An impressive presence to one side is the late-Gothic Hôtel de Ville (Town Hall), a highly photogenic building dating from 1501–22, whose double exterior staircase was added in 1663. St George spears the dragon on a fountain statue dating from 1525 in the square in front of the building. A regular Saturday morning market spills over into the streets around, one of which, Rue des Épouses (Street of Spouses), is spanned by a decorative old sign attesting to the fidelity of the couples who once lived there. The dourly impressive Grand’Rue heads off down the hill, a virtually intact example of a seventeenth-to-eighteenth century street, complete with Baroque, Regency, Rococo and Louis-XVI facades jostling for position all the way down.

Fribourg’s highlight is the towering, High Gothic Cathédrale St-Nicolas, just off Place Notre-Dame. Take a moment to absorb the breathtaking, soaring, buttressed tower, exposed to view for its entire 73m height clear to the ring of feathery spires on top. Built over a church dating from the city’s foundation in 1157, the present building was begun in 1283, and took two centuries to complete. Traffic swishes past the elaborate main portal, featuring a tympanum with the Last Judgement. The vast interior (Mon–Sat 7.30am–7pm, Sun 8.30am–9.30pm) is immediately impressive, its mustiness and gloominess redolent with old incense. The pulpit (1516) and, opposite it, the octagonal font (1499) are both particularly ornate and beautiful, and the tracery choir screen (1466) is dazzlingly intricate. Virtually all the stained glass in the cathedral is modern Art Nouveau. Don’t miss the tiny Chapel of the Holy Sepulchre, to the left of the door as you head out, beside a plaque commemorating the mass celebrated here by Pope John Paul II in 1984: inside you’ll find a group of 13 figures, sculpted from sandstone in about 1430. Christ is being laid in the tomb by Nicodemus and Joseph of Arimathea; behind, Mary is supported by John the Baptist, Mary Magdalene, two other women and two angels, while in front are three sleeping soldiers. The life-sized ensemble, drenched in a blueish submarine light from modern stained-glass windows, is extraordinarily moving, every stony figure conveying an intense emotion that effortlessly spans the six centuries it has stood here.

About fifty metres north of the cathedral is the porticoed Basilique Notre-Dame, under renovation at the time of writing, with white-and-gold stucco work dating from the late eighteenth century adorning the spacious, airy interior. Samson prises apart the lion’s jaws on a fountain statue in front (1547), copied from a design by Dürer.
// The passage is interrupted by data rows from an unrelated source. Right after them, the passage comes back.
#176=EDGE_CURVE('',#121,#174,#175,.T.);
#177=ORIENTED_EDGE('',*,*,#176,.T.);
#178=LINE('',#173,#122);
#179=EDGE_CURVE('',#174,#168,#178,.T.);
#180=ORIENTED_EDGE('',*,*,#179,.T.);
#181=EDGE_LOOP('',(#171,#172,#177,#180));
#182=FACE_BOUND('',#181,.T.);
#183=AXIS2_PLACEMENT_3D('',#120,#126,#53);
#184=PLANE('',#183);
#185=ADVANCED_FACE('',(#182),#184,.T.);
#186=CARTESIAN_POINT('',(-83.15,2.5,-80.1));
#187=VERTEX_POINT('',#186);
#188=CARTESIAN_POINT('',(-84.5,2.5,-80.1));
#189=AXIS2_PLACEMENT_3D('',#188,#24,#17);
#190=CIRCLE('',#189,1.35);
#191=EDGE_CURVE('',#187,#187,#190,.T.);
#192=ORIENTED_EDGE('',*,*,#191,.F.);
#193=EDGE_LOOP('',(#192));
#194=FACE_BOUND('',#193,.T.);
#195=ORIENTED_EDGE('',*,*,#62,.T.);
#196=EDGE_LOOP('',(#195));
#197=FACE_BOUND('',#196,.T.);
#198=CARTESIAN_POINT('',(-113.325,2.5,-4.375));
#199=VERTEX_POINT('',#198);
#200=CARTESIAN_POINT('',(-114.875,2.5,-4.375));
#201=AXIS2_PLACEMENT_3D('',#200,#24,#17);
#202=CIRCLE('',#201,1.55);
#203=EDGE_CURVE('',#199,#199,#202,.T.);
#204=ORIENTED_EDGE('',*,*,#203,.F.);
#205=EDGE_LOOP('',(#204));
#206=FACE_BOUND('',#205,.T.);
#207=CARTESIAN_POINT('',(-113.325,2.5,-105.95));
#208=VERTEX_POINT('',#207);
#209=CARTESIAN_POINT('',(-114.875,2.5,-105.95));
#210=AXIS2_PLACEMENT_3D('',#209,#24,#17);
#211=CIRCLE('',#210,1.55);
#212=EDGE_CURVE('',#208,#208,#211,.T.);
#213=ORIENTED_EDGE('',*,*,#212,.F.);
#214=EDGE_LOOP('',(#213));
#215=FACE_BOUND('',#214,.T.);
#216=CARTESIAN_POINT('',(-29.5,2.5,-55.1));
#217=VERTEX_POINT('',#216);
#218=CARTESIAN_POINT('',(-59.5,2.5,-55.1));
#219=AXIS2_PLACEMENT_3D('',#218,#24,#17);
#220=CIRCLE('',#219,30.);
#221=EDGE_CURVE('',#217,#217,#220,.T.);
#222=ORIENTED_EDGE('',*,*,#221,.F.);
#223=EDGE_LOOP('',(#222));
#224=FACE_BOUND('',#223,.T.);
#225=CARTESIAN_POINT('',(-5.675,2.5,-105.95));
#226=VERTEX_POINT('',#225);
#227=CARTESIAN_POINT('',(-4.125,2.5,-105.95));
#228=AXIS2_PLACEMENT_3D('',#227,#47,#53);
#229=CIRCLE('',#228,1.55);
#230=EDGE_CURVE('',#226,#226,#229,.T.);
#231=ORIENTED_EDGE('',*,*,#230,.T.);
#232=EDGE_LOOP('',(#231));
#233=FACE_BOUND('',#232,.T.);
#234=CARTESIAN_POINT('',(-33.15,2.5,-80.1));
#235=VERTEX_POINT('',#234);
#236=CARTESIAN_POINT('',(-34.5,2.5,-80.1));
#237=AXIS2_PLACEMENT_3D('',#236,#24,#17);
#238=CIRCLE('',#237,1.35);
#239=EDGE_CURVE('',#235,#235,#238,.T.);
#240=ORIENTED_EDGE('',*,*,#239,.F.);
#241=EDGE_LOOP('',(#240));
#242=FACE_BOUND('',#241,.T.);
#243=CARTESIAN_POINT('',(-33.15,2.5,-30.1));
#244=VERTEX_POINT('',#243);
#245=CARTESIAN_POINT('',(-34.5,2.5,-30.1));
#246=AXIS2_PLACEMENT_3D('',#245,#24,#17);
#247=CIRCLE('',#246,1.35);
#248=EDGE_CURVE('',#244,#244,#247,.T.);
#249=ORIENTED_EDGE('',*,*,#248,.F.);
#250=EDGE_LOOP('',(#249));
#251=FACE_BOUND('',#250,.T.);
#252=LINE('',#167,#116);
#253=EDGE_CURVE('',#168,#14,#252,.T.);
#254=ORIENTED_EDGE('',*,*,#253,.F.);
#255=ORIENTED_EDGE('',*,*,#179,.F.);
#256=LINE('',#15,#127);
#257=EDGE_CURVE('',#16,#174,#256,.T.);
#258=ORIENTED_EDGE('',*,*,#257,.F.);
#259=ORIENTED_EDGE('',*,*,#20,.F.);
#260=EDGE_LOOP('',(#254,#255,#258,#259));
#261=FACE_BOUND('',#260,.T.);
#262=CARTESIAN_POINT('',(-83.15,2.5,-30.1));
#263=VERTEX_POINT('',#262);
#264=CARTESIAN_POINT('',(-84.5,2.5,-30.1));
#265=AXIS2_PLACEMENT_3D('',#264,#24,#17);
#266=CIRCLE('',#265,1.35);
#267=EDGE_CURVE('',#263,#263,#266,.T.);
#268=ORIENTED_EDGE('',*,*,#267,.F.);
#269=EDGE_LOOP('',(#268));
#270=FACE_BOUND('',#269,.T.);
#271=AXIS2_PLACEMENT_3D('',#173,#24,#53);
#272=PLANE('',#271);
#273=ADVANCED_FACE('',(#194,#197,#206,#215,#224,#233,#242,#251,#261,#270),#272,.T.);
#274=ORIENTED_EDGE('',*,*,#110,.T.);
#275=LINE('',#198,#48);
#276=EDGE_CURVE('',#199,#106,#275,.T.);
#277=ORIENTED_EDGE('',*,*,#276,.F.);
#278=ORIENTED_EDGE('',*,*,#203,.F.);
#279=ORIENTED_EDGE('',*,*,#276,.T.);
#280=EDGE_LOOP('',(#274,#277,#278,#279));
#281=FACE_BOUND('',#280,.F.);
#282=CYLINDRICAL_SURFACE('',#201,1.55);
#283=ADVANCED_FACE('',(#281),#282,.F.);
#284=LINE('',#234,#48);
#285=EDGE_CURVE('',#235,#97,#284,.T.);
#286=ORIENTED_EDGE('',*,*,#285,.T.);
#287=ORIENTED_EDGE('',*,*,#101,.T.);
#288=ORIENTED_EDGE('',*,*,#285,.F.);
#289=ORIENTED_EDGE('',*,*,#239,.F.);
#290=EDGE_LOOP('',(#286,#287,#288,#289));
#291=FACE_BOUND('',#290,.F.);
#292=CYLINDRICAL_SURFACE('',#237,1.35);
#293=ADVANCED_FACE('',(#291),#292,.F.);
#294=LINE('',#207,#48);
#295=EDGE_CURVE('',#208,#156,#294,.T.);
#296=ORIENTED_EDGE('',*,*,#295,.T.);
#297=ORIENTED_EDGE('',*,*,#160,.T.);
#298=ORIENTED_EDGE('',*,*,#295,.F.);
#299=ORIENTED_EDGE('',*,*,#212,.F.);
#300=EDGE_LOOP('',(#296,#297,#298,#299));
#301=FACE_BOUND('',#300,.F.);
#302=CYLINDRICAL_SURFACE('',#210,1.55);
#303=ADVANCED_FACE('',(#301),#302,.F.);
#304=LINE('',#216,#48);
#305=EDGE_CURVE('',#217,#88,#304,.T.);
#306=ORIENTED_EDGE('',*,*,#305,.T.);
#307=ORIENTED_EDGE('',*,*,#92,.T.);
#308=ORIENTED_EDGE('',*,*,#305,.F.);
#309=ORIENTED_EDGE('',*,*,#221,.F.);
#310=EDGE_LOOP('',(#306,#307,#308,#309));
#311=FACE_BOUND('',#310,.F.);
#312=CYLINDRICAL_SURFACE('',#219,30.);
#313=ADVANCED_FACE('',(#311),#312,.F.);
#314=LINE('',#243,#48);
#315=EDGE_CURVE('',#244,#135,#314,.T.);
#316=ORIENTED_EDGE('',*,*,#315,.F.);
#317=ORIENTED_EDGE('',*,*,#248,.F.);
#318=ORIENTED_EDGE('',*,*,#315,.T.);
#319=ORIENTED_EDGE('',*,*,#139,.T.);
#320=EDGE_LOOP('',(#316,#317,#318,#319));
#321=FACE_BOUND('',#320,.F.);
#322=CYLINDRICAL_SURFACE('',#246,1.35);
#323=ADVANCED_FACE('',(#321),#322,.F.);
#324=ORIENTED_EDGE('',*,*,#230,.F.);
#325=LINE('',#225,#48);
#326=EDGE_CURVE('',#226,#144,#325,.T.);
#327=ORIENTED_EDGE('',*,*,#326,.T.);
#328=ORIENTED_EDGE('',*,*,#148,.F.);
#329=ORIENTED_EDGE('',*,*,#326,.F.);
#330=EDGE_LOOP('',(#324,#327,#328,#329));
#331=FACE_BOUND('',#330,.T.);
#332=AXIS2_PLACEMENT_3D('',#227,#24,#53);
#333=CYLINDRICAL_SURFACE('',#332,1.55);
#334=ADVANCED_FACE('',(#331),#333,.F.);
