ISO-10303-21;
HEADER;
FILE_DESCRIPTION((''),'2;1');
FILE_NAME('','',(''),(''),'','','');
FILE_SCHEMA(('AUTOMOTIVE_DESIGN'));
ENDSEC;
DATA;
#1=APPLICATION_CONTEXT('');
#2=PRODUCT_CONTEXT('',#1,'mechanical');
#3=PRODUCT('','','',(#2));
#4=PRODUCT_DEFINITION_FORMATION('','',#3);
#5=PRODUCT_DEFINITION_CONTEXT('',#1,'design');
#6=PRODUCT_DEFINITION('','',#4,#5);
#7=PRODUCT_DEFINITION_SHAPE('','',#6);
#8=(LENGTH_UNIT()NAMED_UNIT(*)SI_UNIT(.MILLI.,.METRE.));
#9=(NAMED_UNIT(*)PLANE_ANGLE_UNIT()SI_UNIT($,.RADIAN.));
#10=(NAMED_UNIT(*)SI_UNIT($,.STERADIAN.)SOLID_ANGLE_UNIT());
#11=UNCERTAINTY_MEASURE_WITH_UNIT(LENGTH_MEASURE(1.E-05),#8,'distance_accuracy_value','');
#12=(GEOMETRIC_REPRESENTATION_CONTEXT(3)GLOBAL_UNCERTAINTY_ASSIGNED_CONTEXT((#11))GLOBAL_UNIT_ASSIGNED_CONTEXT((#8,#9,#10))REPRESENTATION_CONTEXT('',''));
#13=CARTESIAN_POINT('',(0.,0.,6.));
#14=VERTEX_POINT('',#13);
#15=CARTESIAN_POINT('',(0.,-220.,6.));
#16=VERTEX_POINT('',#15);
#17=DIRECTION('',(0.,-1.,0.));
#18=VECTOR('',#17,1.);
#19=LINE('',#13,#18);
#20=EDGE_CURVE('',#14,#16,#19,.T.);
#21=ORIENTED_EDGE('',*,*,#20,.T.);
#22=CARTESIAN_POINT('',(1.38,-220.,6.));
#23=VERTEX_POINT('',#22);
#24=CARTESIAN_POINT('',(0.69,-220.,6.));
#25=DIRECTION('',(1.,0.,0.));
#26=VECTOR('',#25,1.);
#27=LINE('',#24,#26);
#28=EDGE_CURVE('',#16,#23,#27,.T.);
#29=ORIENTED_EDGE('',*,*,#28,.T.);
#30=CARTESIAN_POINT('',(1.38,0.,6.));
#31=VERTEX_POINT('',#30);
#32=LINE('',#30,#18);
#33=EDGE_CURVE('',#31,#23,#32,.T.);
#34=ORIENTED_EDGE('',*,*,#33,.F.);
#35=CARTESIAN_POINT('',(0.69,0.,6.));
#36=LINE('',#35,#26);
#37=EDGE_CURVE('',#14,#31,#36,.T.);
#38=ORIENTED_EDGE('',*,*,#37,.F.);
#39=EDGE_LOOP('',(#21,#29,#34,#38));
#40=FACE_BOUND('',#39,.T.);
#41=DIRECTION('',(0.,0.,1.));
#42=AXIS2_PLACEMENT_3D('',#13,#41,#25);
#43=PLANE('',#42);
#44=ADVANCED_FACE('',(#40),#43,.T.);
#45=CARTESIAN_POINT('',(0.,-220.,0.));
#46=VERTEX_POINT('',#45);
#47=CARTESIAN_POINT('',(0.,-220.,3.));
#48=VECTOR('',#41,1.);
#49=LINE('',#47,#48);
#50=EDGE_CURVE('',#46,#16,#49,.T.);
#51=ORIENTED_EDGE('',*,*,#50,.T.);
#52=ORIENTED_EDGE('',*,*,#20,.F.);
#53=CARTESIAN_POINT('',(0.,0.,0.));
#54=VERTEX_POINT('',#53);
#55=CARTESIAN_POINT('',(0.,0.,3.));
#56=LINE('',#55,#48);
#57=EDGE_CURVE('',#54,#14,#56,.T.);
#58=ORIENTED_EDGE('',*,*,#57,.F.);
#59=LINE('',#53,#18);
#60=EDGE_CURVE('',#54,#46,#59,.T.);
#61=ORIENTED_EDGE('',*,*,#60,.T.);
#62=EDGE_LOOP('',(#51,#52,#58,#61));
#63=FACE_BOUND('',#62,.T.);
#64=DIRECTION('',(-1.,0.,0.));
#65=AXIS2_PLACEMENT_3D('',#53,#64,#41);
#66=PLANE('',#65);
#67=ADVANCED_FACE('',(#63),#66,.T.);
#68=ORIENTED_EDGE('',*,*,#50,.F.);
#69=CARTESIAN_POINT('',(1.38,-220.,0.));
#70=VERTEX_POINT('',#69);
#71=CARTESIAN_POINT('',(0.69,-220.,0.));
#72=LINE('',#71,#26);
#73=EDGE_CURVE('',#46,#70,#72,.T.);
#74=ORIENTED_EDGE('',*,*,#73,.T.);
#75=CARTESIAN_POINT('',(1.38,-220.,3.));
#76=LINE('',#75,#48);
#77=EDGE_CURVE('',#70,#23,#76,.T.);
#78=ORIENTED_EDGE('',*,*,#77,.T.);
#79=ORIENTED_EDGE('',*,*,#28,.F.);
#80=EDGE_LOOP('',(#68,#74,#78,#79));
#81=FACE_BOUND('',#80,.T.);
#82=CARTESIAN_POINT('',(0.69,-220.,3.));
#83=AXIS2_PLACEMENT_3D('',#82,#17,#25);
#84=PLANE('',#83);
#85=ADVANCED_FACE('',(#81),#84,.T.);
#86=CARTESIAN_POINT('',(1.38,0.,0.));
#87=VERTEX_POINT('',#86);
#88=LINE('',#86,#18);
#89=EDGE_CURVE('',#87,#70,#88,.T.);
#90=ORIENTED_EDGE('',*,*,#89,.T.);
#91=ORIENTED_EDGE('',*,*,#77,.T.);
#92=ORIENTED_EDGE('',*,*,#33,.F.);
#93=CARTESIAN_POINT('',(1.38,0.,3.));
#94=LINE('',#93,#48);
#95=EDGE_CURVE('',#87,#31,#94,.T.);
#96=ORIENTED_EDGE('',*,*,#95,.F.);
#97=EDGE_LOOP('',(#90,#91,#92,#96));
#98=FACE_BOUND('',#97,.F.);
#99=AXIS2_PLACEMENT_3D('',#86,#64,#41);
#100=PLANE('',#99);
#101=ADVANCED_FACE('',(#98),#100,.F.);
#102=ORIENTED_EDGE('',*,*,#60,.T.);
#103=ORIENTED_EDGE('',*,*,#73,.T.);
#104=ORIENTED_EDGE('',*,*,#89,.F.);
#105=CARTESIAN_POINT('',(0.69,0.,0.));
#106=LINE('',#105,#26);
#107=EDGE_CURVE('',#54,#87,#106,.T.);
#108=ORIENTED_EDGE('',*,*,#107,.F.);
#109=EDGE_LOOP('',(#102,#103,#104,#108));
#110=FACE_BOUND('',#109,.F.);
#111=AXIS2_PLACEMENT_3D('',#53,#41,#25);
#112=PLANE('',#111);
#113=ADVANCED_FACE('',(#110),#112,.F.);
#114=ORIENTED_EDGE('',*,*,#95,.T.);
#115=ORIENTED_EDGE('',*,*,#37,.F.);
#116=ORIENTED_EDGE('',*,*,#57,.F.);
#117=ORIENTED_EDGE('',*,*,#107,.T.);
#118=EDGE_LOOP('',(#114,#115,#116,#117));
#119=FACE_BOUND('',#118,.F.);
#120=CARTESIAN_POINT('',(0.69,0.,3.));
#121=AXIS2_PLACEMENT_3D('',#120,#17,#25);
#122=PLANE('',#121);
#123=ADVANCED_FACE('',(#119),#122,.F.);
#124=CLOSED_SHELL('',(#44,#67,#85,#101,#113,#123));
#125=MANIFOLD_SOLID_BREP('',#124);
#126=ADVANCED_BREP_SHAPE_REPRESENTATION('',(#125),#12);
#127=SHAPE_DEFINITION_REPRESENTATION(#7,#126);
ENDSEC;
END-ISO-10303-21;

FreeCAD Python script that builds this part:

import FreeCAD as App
import Part
import Sketcher
from FreeCAD import Vector


def add_polygon(sketch, points):
    """Adds a closed chain of lines whose ends are joined by coincident constraints."""
    first, n = sketch.GeometryCount, len(points)
    for a, b in zip(points, points[1:] + points[:1]):
        sketch.addGeometry(Part.LineSegment(App.Vector(*a, 0), App.Vector(*b, 0)), False)
    for i in range(n):
        sketch.addConstraint(Sketcher.Constraint("Coincident", first + i, 2, first + (i + 1) % n, 1))

doc = App.newDocument("Part")
body = doc.addObject("PartDesign::Body", "Body")

# Sketch on XZ plane
sketch1 = body.newObject("Sketcher::SketchObject", "Sketch")
sketch1.AttachmentSupport = (doc.getObject("XZ_Plane"), [""])
sketch1.MapMode = "FlatFace"
add_polygon(sketch1, [(0, 6), (0, 0), (1.4, 0), (1.4, 6)])  # lines 0-3
sketch1.addConstraint(Sketcher.Constraint("Vertical", 0))
sketch1.addConstraint(Sketcher.Constraint("Horizontal", 1))
sketch1.addConstraint(Sketcher.Constraint("Vertical", 2))
sketch1.addConstraint(Sketcher.Constraint("Horizontal", 3))
sketch1.addConstraint(Sketcher.Constraint("Coincident", 0, 2, -1, 1))
sketch1.addConstraint(Sketcher.Constraint("DistanceY", 0, 2, 0, 1, 6.0))
sketch1.addConstraint(Sketcher.Constraint("DistanceX", 1, 1, 1, 2, 1.38))
pad1 = body.newObject("PartDesign::Pad", "Pad")
pad1.Profile = sketch1
pad1.Length = 220

doc.recompute()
Adjacent on Rue de Morat is the Espace Jean Tinguely museum, with beside it the Franciscan Église des Cordeliers. Originally part of a friary founded in 1256, the church was renovated in the eighteenth and nineteenth centuries, but retains its impressive medieval decor, including a vast altar painting (1480) showing the crucifixion and, on the opened wings, the adoration. High Gothic oak choir stalls (1300), the oldest in Switzerland, and a larger-than-life 1438 statue of Christ at the whipping post also stand out.